**The task:** Beneath this task are records; print exactly the stretch of them from the line with "#174=CARTESIAN_POINT('',(46.5372,2.5275,0.));" through the line with "#184=ADVANCED_FACE('',(#165,#168,#171,#180),#183,.F.);", both ends included.

**Input records:**
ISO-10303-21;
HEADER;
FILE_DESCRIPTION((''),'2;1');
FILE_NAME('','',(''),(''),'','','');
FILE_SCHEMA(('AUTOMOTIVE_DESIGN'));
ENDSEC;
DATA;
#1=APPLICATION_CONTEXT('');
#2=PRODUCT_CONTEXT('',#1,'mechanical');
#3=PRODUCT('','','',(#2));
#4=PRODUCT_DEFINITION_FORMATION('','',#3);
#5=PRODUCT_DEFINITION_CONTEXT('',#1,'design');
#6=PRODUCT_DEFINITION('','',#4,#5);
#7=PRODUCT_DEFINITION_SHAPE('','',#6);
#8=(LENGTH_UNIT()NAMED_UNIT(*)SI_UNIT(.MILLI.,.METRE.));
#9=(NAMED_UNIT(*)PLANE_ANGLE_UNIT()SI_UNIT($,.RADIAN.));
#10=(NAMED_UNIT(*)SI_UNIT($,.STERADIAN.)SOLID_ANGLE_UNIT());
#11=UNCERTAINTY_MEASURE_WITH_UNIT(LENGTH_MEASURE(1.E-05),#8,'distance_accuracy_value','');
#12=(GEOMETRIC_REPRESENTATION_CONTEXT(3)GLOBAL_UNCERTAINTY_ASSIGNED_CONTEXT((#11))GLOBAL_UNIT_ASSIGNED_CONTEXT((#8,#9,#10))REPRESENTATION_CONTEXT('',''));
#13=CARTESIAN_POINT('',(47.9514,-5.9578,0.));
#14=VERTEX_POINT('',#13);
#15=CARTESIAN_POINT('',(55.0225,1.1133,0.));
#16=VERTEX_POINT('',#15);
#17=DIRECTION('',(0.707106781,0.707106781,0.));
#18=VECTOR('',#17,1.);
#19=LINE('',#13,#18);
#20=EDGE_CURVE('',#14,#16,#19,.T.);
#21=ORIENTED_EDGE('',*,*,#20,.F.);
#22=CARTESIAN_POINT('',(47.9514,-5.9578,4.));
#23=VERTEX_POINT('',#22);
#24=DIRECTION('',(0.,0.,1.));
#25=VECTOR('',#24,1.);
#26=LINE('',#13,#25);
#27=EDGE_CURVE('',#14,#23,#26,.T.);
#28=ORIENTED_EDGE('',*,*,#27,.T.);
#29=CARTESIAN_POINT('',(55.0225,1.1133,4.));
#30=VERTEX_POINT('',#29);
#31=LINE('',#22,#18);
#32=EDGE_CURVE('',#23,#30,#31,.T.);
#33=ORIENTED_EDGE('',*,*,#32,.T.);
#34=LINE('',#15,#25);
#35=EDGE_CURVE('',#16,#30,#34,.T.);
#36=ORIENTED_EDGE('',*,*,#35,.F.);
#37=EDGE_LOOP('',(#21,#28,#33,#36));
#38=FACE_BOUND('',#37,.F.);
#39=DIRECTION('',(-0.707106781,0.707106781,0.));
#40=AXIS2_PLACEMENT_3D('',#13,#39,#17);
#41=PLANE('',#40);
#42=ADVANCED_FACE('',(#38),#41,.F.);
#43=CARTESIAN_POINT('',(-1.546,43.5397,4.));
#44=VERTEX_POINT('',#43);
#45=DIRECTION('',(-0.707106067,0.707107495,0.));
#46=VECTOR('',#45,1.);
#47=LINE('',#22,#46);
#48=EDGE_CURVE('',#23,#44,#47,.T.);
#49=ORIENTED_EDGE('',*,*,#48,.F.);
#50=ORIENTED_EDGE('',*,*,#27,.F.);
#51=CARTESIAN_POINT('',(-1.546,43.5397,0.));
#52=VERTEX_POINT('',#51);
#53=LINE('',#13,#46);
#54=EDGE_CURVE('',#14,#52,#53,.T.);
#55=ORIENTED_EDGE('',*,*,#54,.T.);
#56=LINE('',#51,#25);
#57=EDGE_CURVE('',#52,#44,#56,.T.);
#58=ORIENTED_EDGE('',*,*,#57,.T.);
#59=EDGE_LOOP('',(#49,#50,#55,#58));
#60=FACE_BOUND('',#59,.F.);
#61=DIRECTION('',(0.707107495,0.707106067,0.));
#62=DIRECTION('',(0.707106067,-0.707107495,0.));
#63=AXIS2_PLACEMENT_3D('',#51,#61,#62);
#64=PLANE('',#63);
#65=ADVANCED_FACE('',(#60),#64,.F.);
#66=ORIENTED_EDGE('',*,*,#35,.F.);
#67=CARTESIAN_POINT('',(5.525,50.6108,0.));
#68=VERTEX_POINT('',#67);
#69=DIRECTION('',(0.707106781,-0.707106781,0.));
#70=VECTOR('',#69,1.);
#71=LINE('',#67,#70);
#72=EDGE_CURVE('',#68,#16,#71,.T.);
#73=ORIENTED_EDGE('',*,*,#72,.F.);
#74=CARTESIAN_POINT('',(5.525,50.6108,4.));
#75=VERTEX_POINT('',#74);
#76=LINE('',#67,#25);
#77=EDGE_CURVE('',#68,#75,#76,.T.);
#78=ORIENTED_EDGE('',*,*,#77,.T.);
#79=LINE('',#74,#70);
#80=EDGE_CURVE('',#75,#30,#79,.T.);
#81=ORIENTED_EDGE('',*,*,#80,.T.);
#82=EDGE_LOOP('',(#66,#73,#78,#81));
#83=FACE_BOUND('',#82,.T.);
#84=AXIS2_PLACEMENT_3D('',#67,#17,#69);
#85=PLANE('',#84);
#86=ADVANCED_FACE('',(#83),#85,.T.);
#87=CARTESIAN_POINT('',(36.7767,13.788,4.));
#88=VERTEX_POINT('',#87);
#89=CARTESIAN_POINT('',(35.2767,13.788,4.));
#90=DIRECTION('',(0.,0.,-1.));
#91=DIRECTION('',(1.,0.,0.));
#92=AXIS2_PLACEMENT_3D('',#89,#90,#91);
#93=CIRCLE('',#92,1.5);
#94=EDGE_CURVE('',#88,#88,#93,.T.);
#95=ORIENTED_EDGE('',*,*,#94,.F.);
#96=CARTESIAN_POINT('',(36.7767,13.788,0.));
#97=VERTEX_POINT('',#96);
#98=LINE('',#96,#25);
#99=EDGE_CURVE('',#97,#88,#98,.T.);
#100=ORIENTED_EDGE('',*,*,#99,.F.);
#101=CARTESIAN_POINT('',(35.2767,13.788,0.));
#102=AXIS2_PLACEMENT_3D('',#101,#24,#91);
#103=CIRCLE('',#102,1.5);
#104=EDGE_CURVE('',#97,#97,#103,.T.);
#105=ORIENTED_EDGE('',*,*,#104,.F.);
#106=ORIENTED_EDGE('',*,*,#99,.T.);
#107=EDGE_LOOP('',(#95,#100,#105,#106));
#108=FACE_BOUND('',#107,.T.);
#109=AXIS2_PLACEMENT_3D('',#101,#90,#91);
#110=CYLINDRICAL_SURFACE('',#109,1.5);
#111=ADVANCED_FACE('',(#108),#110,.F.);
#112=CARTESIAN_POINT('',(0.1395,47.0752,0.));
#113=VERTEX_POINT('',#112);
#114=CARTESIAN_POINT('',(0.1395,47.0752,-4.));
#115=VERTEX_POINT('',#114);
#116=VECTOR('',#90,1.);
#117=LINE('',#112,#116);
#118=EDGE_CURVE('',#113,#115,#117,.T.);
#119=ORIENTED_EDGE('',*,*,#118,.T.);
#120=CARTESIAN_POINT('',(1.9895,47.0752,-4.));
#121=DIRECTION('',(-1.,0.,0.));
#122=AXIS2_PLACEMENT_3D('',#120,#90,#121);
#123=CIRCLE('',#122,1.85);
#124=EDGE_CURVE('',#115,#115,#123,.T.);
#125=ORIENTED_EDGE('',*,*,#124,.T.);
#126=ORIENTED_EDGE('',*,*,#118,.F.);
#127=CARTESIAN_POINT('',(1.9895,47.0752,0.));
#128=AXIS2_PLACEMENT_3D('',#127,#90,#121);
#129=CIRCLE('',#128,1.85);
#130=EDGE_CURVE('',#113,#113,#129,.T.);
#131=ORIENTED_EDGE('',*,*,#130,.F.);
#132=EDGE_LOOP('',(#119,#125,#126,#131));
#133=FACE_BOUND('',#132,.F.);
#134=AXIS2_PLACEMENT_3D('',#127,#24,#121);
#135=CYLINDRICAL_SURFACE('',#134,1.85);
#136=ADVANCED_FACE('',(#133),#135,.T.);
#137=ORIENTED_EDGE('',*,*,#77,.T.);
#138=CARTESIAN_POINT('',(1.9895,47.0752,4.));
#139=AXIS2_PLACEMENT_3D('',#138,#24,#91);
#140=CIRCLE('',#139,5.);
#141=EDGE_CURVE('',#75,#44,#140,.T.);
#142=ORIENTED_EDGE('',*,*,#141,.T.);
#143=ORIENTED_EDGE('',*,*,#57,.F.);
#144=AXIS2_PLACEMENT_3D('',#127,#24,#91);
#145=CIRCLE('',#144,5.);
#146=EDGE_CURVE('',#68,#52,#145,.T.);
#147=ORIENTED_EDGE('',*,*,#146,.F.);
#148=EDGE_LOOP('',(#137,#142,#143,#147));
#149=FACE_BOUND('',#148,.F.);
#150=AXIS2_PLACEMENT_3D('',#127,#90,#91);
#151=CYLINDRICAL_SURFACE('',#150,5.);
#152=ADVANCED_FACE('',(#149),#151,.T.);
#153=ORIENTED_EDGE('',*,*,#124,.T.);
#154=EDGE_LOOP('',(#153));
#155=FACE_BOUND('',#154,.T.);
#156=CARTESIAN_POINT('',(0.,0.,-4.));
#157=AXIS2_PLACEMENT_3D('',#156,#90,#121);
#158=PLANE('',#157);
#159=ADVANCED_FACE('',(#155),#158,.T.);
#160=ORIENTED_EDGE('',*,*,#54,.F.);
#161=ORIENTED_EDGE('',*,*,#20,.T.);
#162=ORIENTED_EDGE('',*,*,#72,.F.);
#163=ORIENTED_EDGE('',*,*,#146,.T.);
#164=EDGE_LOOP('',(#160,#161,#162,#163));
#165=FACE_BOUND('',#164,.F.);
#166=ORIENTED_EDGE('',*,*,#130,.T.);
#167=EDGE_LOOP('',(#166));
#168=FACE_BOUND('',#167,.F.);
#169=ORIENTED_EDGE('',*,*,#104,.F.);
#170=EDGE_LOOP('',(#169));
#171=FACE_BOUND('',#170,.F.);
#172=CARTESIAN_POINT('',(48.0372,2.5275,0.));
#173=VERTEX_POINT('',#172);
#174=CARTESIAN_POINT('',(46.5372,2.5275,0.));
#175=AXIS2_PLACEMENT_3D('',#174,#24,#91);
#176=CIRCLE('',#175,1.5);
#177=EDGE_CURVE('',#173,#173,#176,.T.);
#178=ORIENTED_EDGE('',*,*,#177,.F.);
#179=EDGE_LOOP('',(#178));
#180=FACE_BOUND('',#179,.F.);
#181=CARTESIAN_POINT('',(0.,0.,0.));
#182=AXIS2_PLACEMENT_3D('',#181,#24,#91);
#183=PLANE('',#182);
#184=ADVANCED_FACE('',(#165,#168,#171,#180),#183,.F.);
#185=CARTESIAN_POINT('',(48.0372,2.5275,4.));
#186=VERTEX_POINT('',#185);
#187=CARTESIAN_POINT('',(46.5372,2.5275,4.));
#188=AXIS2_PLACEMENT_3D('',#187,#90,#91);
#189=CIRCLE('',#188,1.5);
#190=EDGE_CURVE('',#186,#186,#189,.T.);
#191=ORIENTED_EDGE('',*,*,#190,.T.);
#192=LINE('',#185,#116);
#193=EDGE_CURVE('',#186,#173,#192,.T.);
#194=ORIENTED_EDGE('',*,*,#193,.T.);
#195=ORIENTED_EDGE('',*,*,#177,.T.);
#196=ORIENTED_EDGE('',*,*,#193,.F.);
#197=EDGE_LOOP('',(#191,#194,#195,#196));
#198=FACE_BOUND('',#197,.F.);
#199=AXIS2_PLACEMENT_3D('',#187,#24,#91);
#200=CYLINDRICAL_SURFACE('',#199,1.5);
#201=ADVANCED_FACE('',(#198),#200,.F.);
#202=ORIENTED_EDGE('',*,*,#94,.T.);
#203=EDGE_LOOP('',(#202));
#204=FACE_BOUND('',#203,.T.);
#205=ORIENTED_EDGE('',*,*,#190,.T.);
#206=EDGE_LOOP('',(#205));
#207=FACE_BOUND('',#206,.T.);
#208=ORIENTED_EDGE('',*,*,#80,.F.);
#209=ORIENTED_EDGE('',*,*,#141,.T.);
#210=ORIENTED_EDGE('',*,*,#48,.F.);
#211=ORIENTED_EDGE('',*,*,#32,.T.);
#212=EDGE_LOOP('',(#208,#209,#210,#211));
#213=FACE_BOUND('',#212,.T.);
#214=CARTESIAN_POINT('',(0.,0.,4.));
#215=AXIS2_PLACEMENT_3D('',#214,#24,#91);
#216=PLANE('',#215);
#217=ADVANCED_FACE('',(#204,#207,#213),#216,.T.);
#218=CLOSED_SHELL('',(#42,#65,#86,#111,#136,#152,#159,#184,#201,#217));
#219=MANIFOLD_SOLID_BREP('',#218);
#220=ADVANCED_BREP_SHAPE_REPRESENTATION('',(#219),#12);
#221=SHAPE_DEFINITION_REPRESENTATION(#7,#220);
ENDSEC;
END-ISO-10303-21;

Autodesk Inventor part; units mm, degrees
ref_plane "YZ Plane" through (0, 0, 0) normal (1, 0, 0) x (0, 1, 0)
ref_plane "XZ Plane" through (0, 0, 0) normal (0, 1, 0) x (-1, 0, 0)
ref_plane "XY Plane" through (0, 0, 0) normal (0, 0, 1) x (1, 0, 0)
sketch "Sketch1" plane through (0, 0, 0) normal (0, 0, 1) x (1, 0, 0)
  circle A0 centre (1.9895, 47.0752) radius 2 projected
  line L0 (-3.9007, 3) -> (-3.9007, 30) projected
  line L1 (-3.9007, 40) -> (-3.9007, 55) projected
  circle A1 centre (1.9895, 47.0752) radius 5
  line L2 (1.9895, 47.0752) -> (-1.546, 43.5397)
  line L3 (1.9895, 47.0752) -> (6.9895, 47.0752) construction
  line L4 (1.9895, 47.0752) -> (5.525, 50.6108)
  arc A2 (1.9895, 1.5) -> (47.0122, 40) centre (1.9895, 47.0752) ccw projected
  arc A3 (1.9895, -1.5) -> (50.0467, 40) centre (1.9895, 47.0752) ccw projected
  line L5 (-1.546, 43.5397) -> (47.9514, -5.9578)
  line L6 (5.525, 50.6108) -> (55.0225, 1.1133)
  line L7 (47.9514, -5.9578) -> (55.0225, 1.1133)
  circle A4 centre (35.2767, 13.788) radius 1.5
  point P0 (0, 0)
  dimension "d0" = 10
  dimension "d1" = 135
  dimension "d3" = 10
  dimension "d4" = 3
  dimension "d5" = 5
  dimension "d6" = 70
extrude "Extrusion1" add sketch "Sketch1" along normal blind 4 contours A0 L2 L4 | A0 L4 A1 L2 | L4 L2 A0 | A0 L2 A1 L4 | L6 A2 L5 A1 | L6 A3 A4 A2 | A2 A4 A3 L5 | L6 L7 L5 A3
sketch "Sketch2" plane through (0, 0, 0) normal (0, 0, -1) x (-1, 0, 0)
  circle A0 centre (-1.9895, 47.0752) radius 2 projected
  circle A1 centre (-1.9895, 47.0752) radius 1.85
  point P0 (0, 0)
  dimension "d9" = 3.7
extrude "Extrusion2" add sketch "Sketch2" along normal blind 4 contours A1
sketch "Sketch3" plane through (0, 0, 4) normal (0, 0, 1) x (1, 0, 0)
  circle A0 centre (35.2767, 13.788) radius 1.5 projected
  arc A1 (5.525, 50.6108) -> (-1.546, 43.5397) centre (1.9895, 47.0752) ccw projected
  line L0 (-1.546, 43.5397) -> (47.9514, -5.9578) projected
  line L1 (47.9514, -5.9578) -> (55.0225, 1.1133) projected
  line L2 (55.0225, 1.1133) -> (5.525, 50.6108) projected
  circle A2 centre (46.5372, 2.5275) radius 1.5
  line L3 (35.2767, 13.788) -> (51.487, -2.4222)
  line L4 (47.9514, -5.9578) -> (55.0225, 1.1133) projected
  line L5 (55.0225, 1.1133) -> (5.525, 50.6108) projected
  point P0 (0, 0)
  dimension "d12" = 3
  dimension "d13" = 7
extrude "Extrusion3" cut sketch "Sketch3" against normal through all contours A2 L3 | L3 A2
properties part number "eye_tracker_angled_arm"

...

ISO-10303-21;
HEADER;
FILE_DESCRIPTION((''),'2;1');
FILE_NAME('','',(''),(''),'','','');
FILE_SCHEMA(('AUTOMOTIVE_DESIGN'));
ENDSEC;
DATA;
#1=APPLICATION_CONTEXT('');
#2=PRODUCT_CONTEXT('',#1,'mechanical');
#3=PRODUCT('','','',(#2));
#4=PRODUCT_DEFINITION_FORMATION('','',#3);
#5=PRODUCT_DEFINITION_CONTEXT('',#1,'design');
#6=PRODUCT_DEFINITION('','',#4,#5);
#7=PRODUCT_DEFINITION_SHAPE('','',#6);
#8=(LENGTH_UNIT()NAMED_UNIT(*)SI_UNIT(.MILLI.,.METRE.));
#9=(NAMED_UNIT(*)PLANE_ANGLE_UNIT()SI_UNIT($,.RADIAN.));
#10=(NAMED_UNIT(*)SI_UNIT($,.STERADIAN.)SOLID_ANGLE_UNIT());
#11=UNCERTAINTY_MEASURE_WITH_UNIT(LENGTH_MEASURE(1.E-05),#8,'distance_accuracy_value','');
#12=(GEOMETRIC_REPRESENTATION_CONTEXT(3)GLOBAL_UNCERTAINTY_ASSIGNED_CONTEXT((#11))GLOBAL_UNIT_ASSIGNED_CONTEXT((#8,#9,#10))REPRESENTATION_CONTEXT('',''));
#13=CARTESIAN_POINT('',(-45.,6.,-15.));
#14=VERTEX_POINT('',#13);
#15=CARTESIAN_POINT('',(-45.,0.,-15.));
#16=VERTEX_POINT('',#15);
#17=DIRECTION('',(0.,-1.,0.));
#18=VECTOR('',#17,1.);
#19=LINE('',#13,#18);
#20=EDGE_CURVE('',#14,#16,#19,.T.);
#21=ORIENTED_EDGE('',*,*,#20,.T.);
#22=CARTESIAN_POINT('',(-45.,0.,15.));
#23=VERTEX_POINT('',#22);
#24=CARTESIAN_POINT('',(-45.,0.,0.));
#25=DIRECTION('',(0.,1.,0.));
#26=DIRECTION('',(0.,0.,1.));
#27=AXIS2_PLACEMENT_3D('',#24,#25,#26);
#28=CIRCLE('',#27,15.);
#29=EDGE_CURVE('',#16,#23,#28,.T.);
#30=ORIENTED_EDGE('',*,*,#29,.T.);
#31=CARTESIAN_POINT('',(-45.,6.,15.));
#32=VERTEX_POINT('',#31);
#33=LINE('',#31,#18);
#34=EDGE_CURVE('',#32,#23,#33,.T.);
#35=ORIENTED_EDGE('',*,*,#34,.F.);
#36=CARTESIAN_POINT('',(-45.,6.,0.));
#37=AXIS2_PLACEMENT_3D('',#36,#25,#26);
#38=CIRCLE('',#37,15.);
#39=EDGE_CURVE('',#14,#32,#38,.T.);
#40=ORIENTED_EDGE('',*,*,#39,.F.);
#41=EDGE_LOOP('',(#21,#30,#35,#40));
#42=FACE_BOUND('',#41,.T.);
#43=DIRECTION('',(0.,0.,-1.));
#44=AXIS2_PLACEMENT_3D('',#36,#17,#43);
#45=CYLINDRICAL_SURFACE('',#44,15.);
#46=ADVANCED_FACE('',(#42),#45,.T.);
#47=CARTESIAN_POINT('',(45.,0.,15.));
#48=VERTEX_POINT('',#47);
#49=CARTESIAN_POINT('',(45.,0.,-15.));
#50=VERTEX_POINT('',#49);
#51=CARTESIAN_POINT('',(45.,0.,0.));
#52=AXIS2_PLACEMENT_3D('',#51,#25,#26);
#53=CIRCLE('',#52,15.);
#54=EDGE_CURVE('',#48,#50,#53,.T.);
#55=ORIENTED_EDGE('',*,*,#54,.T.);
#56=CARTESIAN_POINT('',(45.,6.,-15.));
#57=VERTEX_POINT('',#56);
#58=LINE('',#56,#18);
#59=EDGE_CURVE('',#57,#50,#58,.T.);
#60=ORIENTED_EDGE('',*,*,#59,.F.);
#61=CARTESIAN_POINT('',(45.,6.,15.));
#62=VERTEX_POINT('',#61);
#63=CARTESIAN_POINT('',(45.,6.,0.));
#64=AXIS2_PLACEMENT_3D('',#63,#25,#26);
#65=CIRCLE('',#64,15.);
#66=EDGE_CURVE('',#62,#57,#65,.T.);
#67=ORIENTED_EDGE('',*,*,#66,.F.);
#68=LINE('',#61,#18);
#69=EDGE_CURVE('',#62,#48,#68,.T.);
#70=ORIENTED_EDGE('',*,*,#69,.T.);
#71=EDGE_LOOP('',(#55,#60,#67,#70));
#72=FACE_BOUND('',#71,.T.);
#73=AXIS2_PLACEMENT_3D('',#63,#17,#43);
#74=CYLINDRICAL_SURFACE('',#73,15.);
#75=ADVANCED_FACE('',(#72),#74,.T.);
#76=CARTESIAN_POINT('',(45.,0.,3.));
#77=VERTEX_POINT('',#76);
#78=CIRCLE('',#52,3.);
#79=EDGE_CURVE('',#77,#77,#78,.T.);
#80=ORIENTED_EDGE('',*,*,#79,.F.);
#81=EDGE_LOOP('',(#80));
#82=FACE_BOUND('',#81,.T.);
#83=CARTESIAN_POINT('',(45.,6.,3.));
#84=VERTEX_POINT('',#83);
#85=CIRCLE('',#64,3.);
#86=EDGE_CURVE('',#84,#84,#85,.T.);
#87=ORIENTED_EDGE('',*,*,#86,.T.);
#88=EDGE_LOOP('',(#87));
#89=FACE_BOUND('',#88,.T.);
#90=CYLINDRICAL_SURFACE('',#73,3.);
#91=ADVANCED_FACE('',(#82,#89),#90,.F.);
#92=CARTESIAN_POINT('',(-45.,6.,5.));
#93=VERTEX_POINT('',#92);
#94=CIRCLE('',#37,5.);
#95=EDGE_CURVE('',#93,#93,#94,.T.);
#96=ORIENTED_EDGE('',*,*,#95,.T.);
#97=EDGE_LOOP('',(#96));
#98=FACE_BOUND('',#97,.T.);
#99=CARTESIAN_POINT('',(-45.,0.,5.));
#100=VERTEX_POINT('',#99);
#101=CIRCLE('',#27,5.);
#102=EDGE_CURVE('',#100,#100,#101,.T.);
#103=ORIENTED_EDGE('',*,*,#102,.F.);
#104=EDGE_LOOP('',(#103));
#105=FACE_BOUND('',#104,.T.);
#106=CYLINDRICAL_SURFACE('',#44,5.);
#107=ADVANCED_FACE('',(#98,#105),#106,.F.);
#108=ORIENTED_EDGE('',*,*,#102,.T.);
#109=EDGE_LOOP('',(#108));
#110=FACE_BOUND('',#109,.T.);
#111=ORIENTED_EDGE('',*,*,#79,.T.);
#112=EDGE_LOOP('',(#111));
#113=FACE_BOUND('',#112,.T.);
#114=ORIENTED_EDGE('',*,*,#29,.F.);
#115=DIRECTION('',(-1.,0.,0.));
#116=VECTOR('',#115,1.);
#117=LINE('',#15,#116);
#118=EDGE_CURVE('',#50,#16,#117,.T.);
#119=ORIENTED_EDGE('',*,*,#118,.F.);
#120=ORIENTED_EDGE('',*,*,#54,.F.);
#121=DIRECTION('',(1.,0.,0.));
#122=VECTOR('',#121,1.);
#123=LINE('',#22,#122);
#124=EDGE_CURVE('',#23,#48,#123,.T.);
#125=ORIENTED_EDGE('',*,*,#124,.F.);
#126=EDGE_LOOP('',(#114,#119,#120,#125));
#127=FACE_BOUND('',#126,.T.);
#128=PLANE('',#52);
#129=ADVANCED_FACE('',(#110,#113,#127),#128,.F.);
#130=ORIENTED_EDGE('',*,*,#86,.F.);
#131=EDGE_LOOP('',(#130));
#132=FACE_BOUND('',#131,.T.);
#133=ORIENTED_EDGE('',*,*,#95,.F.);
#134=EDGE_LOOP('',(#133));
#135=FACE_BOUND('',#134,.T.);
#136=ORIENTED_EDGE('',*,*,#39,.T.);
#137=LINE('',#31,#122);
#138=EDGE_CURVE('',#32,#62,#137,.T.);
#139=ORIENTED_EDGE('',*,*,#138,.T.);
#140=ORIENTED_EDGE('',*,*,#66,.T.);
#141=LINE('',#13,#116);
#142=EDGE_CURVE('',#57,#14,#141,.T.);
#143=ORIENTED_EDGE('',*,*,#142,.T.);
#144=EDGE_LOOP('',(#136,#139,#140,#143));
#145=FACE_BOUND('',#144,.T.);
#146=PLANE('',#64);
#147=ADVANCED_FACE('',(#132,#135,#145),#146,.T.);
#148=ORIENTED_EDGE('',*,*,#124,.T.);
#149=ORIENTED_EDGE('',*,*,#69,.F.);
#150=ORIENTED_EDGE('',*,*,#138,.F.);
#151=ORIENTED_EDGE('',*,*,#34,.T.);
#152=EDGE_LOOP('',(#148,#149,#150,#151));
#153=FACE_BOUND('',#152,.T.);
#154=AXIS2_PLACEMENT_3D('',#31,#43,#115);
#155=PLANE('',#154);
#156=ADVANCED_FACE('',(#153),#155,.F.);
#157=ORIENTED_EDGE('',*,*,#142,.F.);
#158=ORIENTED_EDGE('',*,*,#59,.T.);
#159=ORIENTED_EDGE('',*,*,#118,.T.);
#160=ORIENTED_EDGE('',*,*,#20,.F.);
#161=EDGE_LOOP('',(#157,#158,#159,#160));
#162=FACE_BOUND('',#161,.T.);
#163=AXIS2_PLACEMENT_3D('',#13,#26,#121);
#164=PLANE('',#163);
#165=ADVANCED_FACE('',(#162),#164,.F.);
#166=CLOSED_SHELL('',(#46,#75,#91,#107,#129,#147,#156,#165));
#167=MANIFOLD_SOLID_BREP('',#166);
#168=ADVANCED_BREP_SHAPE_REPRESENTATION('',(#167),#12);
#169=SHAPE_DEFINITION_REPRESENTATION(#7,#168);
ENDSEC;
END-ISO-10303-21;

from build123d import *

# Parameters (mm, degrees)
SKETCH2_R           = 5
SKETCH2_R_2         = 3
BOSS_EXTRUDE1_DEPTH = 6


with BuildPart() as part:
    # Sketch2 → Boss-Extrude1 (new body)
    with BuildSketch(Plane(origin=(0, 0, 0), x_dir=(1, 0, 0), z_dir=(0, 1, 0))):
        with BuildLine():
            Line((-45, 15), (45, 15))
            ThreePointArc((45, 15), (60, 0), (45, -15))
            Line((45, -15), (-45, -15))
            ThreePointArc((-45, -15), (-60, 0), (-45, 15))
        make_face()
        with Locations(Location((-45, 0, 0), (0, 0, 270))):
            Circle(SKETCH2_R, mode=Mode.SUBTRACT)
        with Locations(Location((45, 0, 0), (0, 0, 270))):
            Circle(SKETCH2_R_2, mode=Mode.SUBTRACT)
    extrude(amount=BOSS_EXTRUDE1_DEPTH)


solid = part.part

**Exercise response:**
#174=CARTESIAN_POINT('',(46.5372,2.5275,0.));
#175=AXIS2_PLACEMENT_3D('',#174,#24,#91);
#176=CIRCLE('',#175,1.5);
#177=EDGE_CURVE('',#173,#173,#176,.T.);
#178=ORIENTED_EDGE('',*,*,#177,.F.);
#179=EDGE_LOOP('',(#178));
#180=FACE_BOUND('',#179,.F.);
#181=CARTESIAN_POINT('',(0.,0.,0.));
#182=AXIS2_PLACEMENT_3D('',#181,#24,#91);
#183=PLANE('',#182);
#184=ADVANCED_FACE('',(#165,#168,#171,#180),#183,.F.);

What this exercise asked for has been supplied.